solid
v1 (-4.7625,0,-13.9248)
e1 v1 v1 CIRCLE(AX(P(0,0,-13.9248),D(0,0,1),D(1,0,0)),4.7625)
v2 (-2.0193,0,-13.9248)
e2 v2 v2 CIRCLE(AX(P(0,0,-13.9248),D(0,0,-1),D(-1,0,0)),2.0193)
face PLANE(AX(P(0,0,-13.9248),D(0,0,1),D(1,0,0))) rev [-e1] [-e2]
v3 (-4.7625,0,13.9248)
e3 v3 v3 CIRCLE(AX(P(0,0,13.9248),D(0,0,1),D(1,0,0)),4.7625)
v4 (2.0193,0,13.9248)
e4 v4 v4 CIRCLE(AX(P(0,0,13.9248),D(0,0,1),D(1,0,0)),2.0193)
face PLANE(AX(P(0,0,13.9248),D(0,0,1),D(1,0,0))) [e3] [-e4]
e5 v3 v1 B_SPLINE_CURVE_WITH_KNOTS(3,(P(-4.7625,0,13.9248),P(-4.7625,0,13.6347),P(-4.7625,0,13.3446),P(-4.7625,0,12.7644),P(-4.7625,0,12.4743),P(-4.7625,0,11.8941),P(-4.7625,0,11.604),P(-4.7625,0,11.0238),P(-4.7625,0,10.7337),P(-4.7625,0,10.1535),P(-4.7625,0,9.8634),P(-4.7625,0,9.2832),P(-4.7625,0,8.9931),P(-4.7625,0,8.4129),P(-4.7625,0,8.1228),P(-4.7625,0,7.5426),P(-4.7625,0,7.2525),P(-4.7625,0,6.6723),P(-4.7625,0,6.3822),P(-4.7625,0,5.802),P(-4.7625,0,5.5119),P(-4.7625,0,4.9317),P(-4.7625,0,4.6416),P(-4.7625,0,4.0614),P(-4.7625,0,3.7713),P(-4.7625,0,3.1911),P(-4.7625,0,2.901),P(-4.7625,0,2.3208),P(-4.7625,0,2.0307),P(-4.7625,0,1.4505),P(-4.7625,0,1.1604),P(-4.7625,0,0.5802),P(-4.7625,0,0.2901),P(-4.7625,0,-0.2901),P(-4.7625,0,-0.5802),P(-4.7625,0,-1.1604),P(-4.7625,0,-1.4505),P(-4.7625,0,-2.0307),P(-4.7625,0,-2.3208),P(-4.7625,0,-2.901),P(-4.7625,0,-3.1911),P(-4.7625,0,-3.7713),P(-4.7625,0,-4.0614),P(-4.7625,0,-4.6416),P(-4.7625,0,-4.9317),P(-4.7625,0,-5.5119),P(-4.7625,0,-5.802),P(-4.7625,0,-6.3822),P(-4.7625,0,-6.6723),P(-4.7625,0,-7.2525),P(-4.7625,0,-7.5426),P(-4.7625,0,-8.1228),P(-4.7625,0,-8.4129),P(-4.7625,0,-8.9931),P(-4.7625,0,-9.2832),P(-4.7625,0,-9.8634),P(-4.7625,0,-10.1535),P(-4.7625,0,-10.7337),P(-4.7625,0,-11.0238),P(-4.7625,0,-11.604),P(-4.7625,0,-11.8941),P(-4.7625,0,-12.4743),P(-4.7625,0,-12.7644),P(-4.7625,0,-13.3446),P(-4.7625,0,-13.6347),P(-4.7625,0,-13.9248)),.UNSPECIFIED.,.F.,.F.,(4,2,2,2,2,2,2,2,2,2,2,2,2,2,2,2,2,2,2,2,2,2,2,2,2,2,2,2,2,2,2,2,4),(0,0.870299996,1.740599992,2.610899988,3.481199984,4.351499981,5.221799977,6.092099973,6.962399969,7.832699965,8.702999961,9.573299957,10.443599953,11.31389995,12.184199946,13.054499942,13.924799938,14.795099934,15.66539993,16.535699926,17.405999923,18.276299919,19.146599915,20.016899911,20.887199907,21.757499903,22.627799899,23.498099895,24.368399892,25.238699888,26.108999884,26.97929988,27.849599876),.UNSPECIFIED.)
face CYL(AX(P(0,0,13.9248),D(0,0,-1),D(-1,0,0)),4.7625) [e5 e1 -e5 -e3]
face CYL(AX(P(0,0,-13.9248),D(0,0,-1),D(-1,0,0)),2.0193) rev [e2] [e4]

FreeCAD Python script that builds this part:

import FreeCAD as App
import Part
import Sketcher
from FreeCAD import Vector
Q = App.Units.Quantity

doc = App.newDocument("Part")
body = doc.addObject("PartDesign::Body", "Body")

# Sketch on XY plane
sketch1 = body.newObject("Sketcher::SketchObject", "Sketch")
sketch1.AttachmentSupport = (doc.getObject("XY_Plane"), [""])
sketch1.MapMode = "FlatFace"
sketch1.addGeometry(Part.Circle(Vector(0, 0, 0), Vector(0, 0, 1), 4.8), False)
sketch1.addConstraint([
    Sketcher.Constraint("Coincident", 0, 3, -1, 1),
    Sketcher.Constraint("Diameter", 0, Q("0.375 in")),
])
pad1 = body.newObject("PartDesign::Pad", "Pad")
pad1.Profile = sketch1
pad1.Length = 27.8496
pad1.Midplane = True

# Sketch on XY plane
sketch2 = body.newObject("Sketcher::SketchObject", "Sketch001")
sketch2.AttachmentSupport = (doc.getObject("XY_Plane"), [""])
sketch2.MapMode = "FlatFace"
sketch2.AttachmentOffset = App.Placement(Vector(0, 0, 13.9248), App.Rotation())
sketch2.addGeometry(Part.Circle(Vector(0, 0, 0), Vector(0, 0, 1), 2), False)
sketch2.addConstraint([
    Sketcher.Constraint("Coincident", 0, 3, -1, 1),
    Sketcher.Constraint("Diameter", 0, Q("0.159 in")),
])
doc.recompute()
hole = body.newObject("PartDesign::Hole", "Hole")
hole.Profile = sketch2
hole.ThreadType = "None"
hole.Diameter = Q("0.159 in")
hole.DepthType = "Dimension"
hole.Depth = Q("0.59 in")
hole.DrillPoint = "Angled"
hole.DrillPointAngle = 118

# Sketch on XY plane
sketch3 = body.newObject("Sketcher::SketchObject", "Sketch002")
sketch3.AttachmentSupport = (doc.getObject("XY_Plane"), [""])
sketch3.MapMode = "FlatFace"
sketch3.AttachmentOffset = App.Placement(Vector(0, 0, -13.9248), App.Rotation())
sketch3.addGeometry(Part.Circle(Vector(0, 0, 0), Vector(0, 0, 1), 2), False)
sketch3.addConstraint([
    Sketcher.Constraint("Coincident", 0, 3, -1, 1),
    Sketcher.Constraint("Diameter", 0, Q("0.159 in")),
])
doc.recompute()
hole2 = body.newObject("PartDesign::Hole", "Hole001")
hole2.Profile = sketch3
hole2.ThreadType = "None"
hole2.Diameter = Q("0.159 in")
hole2.DepthType = "Dimension"
hole2.Depth = Q("0.59 in")
hole2.DrillPoint = "Angled"
hole2.DrillPointAngle = 118
hole2.Reversed = True

doc.recompute()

§ **Work to complete**
Reproduce verbatim the range of lines that opens the records and closes with the line containing "face PLANE(AX(P(0,0,13.9248),D(0,0,1),D(1,0,0))) [e3]". Omit everything after it.

§ **Problem solution**
solid
v1 (-4.7625,0,-13.9248)
e1 v1 v1 CIRCLE(AX(P(0,0,-13.9248),D(0,0,1),D(1,0,0)),4.7625)
v2 (-2.0193,0,-13.9248)
e2 v2 v2 CIRCLE(AX(P(0,0,-13.9248),D(0,0,-1),D(-1,0,0)),2.0193)
face PLANE(AX(P(0,0,-13.9248),D(0,0,1),D(1,0,0))) rev [-e1] [-e2]
v3 (-4.7625,0,13.9248)
e3 v3 v3 CIRCLE(AX(P(0,0,13.9248),D(0,0,1),D(1,0,0)),4.7625)
v4 (2.0193,0,13.9248)
e4 v4 v4 CIRCLE(AX(P(0,0,13.9248),D(0,0,1),D(1,0,0)),2.0193)
face PLANE(AX(P(0,0,13.9248),D(0,0,1),D(1,0,0))) [e3] [-e4]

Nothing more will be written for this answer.